(What the task asks) Repeat exactly the opening lines of the records, ending with the line that contains "# FreeCAD 1.0 macro for this part".
══ Available data
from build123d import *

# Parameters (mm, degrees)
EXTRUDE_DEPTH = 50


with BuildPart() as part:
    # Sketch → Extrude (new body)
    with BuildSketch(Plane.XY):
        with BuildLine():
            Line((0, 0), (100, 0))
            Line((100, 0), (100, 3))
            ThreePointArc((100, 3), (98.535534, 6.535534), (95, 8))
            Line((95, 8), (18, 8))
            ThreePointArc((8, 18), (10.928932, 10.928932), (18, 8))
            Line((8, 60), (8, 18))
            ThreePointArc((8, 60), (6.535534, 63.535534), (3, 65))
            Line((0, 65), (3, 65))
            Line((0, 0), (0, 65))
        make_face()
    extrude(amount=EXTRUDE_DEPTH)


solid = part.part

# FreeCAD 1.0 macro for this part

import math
import FreeCAD as App
import Part
import Sketcher
Q = App.Units.Quantity

doc = App.newDocument("Part")
body = doc.addObject("PartDesign::Body", "Body")

# Sketch on XY plane
sketch1 = body.newObject("Sketcher::SketchObject", "Sketch")
sketch1.AttachmentSupport = (doc.getObject("XY_Plane"), [""])
sketch1.MapMode = "FlatFace"
sketch1.addGeometry([
    Part.LineSegment(App.Vector(0, 0, 0), App.Vector(100, 0, 0)),  # 0
    Part.LineSegment(App.Vector(100, 0, 0), App.Vector(100, 3, 0)),  # 1
    Part.ArcOfCircle(Part.Circle(App.Vector(95, 3, 0), App.Vector(0, 0, 1), 5), math.radians(-0.000004), math.radians(90.000004)),  # 2
    Part.LineSegment(App.Vector(95, 8, 0), App.Vector(18, 8, 0)),  # 3
    Part.ArcOfCircle(Part.Circle(App.Vector(17.999999, 17.999999, 0), App.Vector(0, 0, 1), 9.999999), math.radians(179.999996), math.radians(270.000004)),  # 4
    Part.LineSegment(App.Vector(8, 18, 0), App.Vector(8, 60, 0)),  # 5
    Part.ArcOfCircle(Part.Circle(App.Vector(3, 60, 0), App.Vector(0, 0, 1), 5), math.radians(-0.000004), math.radians(90.000004)),  # 6
    Part.LineSegment(App.Vector(3, 65, 0), App.Vector(0, 65, 0)),  # 7
    Part.LineSegment(App.Vector(0, 65, 0), App.Vector(0, 0, 0)),  # 8
], False)
sketch1.addConstraint([
    Sketcher.Constraint("Coincident", 0, 2, 1, 1),
    Sketcher.Constraint("Tangent", 1, 2, 2, 1),
    Sketcher.Constraint("Tangent", 2, 2, 3, 1),
    Sketcher.Constraint("Tangent", 3, 2, 4, 2),
    Sketcher.Constraint("Tangent", 4, 1, 5, 1),
    Sketcher.Constraint("Tangent", 5, 2, 6, 1),
    Sketcher.Constraint("Tangent", 6, 2, 7, 1),
    Sketcher.Constraint("Coincident", 7, 2, 8, 1),
    Sketcher.Constraint("Coincident", 8, 2, 0, 1),
    Sketcher.Constraint("Horizontal", 0),
    Sketcher.Constraint("Vertical", 1),
    Sketcher.Constraint("Horizontal", 3),
    Sketcher.Constraint("Vertical", 5),
    Sketcher.Constraint("Horizontal", 7),
    Sketcher.Constraint("Vertical", 8),
    Sketcher.Constraint("Coincident", 8, 2, -1, 1),
    Sketcher.Constraint("Equal", 2, 6),
    Sketcher.Constraint("Equal", 7, 1),
    Sketcher.Constraint("Radius", 2, Q("5 mm")),
    Sketcher.Constraint("Radius", 4, Q("9.999999 mm")),
    Sketcher.Constraint("DistanceX", 0, 1, 0, 2, Q("100 mm")),
    Sketcher.Constraint("DistanceX", 3, 2, 3, 1, Q("77 mm")),
    Sketcher.Constraint("DistanceY", 5, 1, 5, 2, Q("42 mm")),
])
pad1 = body.newObject("PartDesign::Pad", "Pad")
pad1.Profile = sketch1
pad1.Length = 50

doc.recompute()
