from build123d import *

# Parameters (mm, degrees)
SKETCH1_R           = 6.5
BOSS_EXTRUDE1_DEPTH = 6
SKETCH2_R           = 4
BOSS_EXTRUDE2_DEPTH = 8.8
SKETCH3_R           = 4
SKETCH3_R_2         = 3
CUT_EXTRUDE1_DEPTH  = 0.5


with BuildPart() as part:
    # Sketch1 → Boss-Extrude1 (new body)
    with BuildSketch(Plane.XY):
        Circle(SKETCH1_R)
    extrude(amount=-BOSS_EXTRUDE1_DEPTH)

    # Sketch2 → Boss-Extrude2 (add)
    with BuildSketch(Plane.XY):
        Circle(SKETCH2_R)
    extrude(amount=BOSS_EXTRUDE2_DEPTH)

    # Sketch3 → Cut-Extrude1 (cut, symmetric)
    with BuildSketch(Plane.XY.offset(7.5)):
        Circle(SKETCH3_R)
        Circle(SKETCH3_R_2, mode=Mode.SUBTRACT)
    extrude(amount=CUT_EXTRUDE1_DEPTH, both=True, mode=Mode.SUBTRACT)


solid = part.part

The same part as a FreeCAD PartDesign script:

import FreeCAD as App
import Part
import Sketcher
from FreeCAD import Vector
Q = App.Units.Quantity

doc = App.newDocument("Part")
body = doc.addObject("PartDesign::Body", "Body")

sketch1 = body.newObject("Sketcher::SketchObject", "Sketch")
sketch1.AttachmentSupport = (doc.getObject("XY_Plane"), [""])
sketch1.MapMode = "FlatFace"
sketch1.addGeometry(Part.Circle(Vector(0, 0, 0), Vector(0, 0, 1), 6), False)
sketch1.addConstraint(Sketcher.Constraint("Coincident", 0, 3, -1, 1))
sketch1.addConstraint(Sketcher.Constraint("Diameter", 0, Q("13 mm")))
pad1 = body.newObject("PartDesign::Pad", "Pad")
pad1.Profile = sketch1
pad1.Length = 6
pad1.Reversed = True

sketch2 = body.newObject("Sketcher::SketchObject", "Sketch001")
sketch2.AttachmentSupport = (doc.getObject("XY_Plane"), [""])
sketch2.MapMode = "FlatFace"
sketch2.addGeometry(Part.Circle(Vector(0, 0, 0), Vector(0, 0, 1), 4), False)
sketch2.addConstraint(Sketcher.Constraint("Coincident", 0, 3, -1, 1))
sketch2.addConstraint(Sketcher.Constraint("Diameter", 0, Q("8 mm")))
pad2 = body.newObject("PartDesign::Pad", "Pad001")
pad2.Profile = sketch2
pad2.Length = 8.8

sketch3 = body.newObject("Sketcher::SketchObject", "Sketch002")
sketch3.AttachmentSupport = (doc.getObject("XY_Plane"), [""])
sketch3.MapMode = "FlatFace"
sketch3.AttachmentOffset = App.Placement(Vector(0, 0, 7.5), App.Rotation())
sketch3.addGeometry(Part.Circle(Vector(0, 0, 0), Vector(0, 0, 1), 4), False)
sketch3.addGeometry(Part.Circle(Vector(0, 0, 0), Vector(0, 0, 1), 3), False)
sketch3.addConstraint(Sketcher.Constraint("Coincident", 0, 3, -1, 1))
sketch3.addConstraint(Sketcher.Constraint("Coincident", 1, 3, -1, 1))
sketch3.addConstraint(Sketcher.Constraint("Diameter", 0, Q("8 mm")))
sketch3.addConstraint(Sketcher.Constraint("Diameter", 1, Q("6 mm")))
pocket1 = body.newObject("PartDesign::Pocket", "Pocket")
pocket1.Profile = sketch3
pocket1.Length = 1
pocket1.Midplane = True

doc.recompute()
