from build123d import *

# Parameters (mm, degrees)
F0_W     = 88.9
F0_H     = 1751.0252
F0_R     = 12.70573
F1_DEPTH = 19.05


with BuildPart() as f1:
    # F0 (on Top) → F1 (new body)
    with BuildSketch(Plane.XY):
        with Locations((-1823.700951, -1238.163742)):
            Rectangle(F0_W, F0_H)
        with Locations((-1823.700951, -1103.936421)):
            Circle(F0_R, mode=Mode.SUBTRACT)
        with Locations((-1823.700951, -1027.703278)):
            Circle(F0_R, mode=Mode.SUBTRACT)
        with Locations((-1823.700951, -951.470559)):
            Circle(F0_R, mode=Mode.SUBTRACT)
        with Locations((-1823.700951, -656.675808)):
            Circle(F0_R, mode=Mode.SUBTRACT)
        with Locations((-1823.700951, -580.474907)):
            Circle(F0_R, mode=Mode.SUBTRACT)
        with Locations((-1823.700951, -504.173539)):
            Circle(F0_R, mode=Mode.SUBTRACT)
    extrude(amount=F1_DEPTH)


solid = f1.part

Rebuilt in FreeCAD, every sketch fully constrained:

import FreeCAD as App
import Part
import Sketcher
from FreeCAD import Vector
Q = App.Units.Quantity


def add_polygon(sketch, points):
    """Adds a closed chain of lines whose ends are joined by coincident constraints."""
    first, n = sketch.GeometryCount, len(points)
    for a, b in zip(points, points[1:] + points[:1]):
        sketch.addGeometry(Part.LineSegment(App.Vector(*a, 0), App.Vector(*b, 0)), False)
    for i in range(n):
        sketch.addConstraint(Sketcher.Constraint("Coincident", first + i, 2, first + (i + 1) % n, 1))

doc = App.newDocument("Part")
body = doc.addObject("PartDesign::Body", "Body")

# Sketch on XY plane
sketch1 = body.newObject("Sketcher::SketchObject", "Sketch")
sketch1.AttachmentSupport = (doc.getObject("XY_Plane"), [""])
sketch1.MapMode = "FlatFace"
add_polygon(sketch1, [(-1868, -363), (-1868, -2114), (-1779, -2114), (-1779, -363)])  # lines 0-3
sketch1.addGeometry(Part.Circle(Vector(-1824, -1104, 0), Vector(0, 0, 1), 13), False)  # 4
sketch1.addGeometry(Part.Circle(Vector(-1824, -1028, 0), Vector(0, 0, 1), 13), False)  # 5
sketch1.addGeometry(Part.Circle(Vector(-1824, -951, 0), Vector(0, 0, 1), 13), False)  # 6
sketch1.addGeometry(Part.Circle(Vector(-1824, -657, 0), Vector(0, 0, 1), 13), False)  # 7
sketch1.addGeometry(Part.Circle(Vector(-1824, -580, 0), Vector(0, 0, 1), 13), False)  # 8
sketch1.addGeometry(Part.Circle(Vector(-1824, -504, 0), Vector(0, 0, 1), 13), False)  # 9
sketch1.addConstraint([
    Sketcher.Constraint("Vertical", 0),
    Sketcher.Constraint("Horizontal", 1),
    Sketcher.Constraint("Vertical", 2),
    Sketcher.Constraint("Horizontal", 3),
    Sketcher.Constraint("Equal", 4, 5),
    Sketcher.Constraint("Equal", 5, 6),
    Sketcher.Constraint("Equal", 6, 7),
    Sketcher.Constraint("Equal", 7, 8),
    Sketcher.Constraint("Equal", 8, 9),
    Sketcher.Constraint("Vertical", 4, 3, 5, 3),
    Sketcher.Constraint("Vertical", 5, 3, 6, 3),
    Sketcher.Constraint("Vertical", 6, 3, 7, 3),
    Sketcher.Constraint("Vertical", 7, 3, 8, 3),
    Sketcher.Constraint("Vertical", 8, 3, 9, 3),
    Sketcher.Constraint("DistanceX", 1, 1, 1, 2, Q("3.5 in")),
    Sketcher.Constraint("DistanceY", 0, 2, 0, 1, Q("68.938 in")),
    Sketcher.Constraint("DistanceX", 0, 2, 4, 3, Q("1.75 in")),
    Sketcher.Constraint("Diameter", 4, Q("25.41146 mm")),
    Sketcher.Constraint("DistanceY", 7, 3, 8, 3, Q("76.200901 mm")),
    Sketcher.Constraint("DistanceX", 4, 3, -1, 1, Q("1823.700951 mm")),
    Sketcher.Constraint("DistanceY", 4, 3, -1, 1, Q("1103.936421 mm")),
    Sketcher.Constraint("DistanceY", 5, 3, -1, 1, Q("1027.703278 mm")),
    Sketcher.Constraint("DistanceY", 6, 3, -1, 1, Q("951.470559 mm")),
    Sketcher.Constraint("DistanceY", 7, 3, -1, 1, Q("656.675808 mm")),
    Sketcher.Constraint("DistanceY", 9, 3, -1, 1, Q("504.173539 mm")),
    Sketcher.Constraint("DistanceY", 2, 2, -1, 1, Q("362.651142 mm")),
])
pad1 = body.newObject("PartDesign::Pad", "Pad")
pad1.Profile = sketch1
pad1.Length = Q("0.75 in")

doc.recompute()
════
(Task response)
from build123d import *

# Parameters (mm, degrees)
EXTRUDE_DEPTH = 50


with BuildPart() as part:
    # Sketch → Extrude (new body)
    with BuildSketch(Plane.XY):
        with BuildLine():
            Line((0, 0), (100, 0))
            Line((100, 0), (100, 3))
            ThreePointArc((100, 3), (98.535534, 6.535534), (95, 8))
            Line((95, 8), (18, 8))
            ThreePointArc((8, 18), (10.928932, 10.928932), (18, 8))
            Line((8, 60), (8, 18))
            ThreePointArc((8, 60), (6.535534, 63.535534), (3, 65))
            Line((0, 65), (3, 65))
            Line((0, 0), (0, 65))
        make_face()
    extrude(amount=EXTRUDE_DEPTH)


solid = part.part

# FreeCAD 1.0 macro for this part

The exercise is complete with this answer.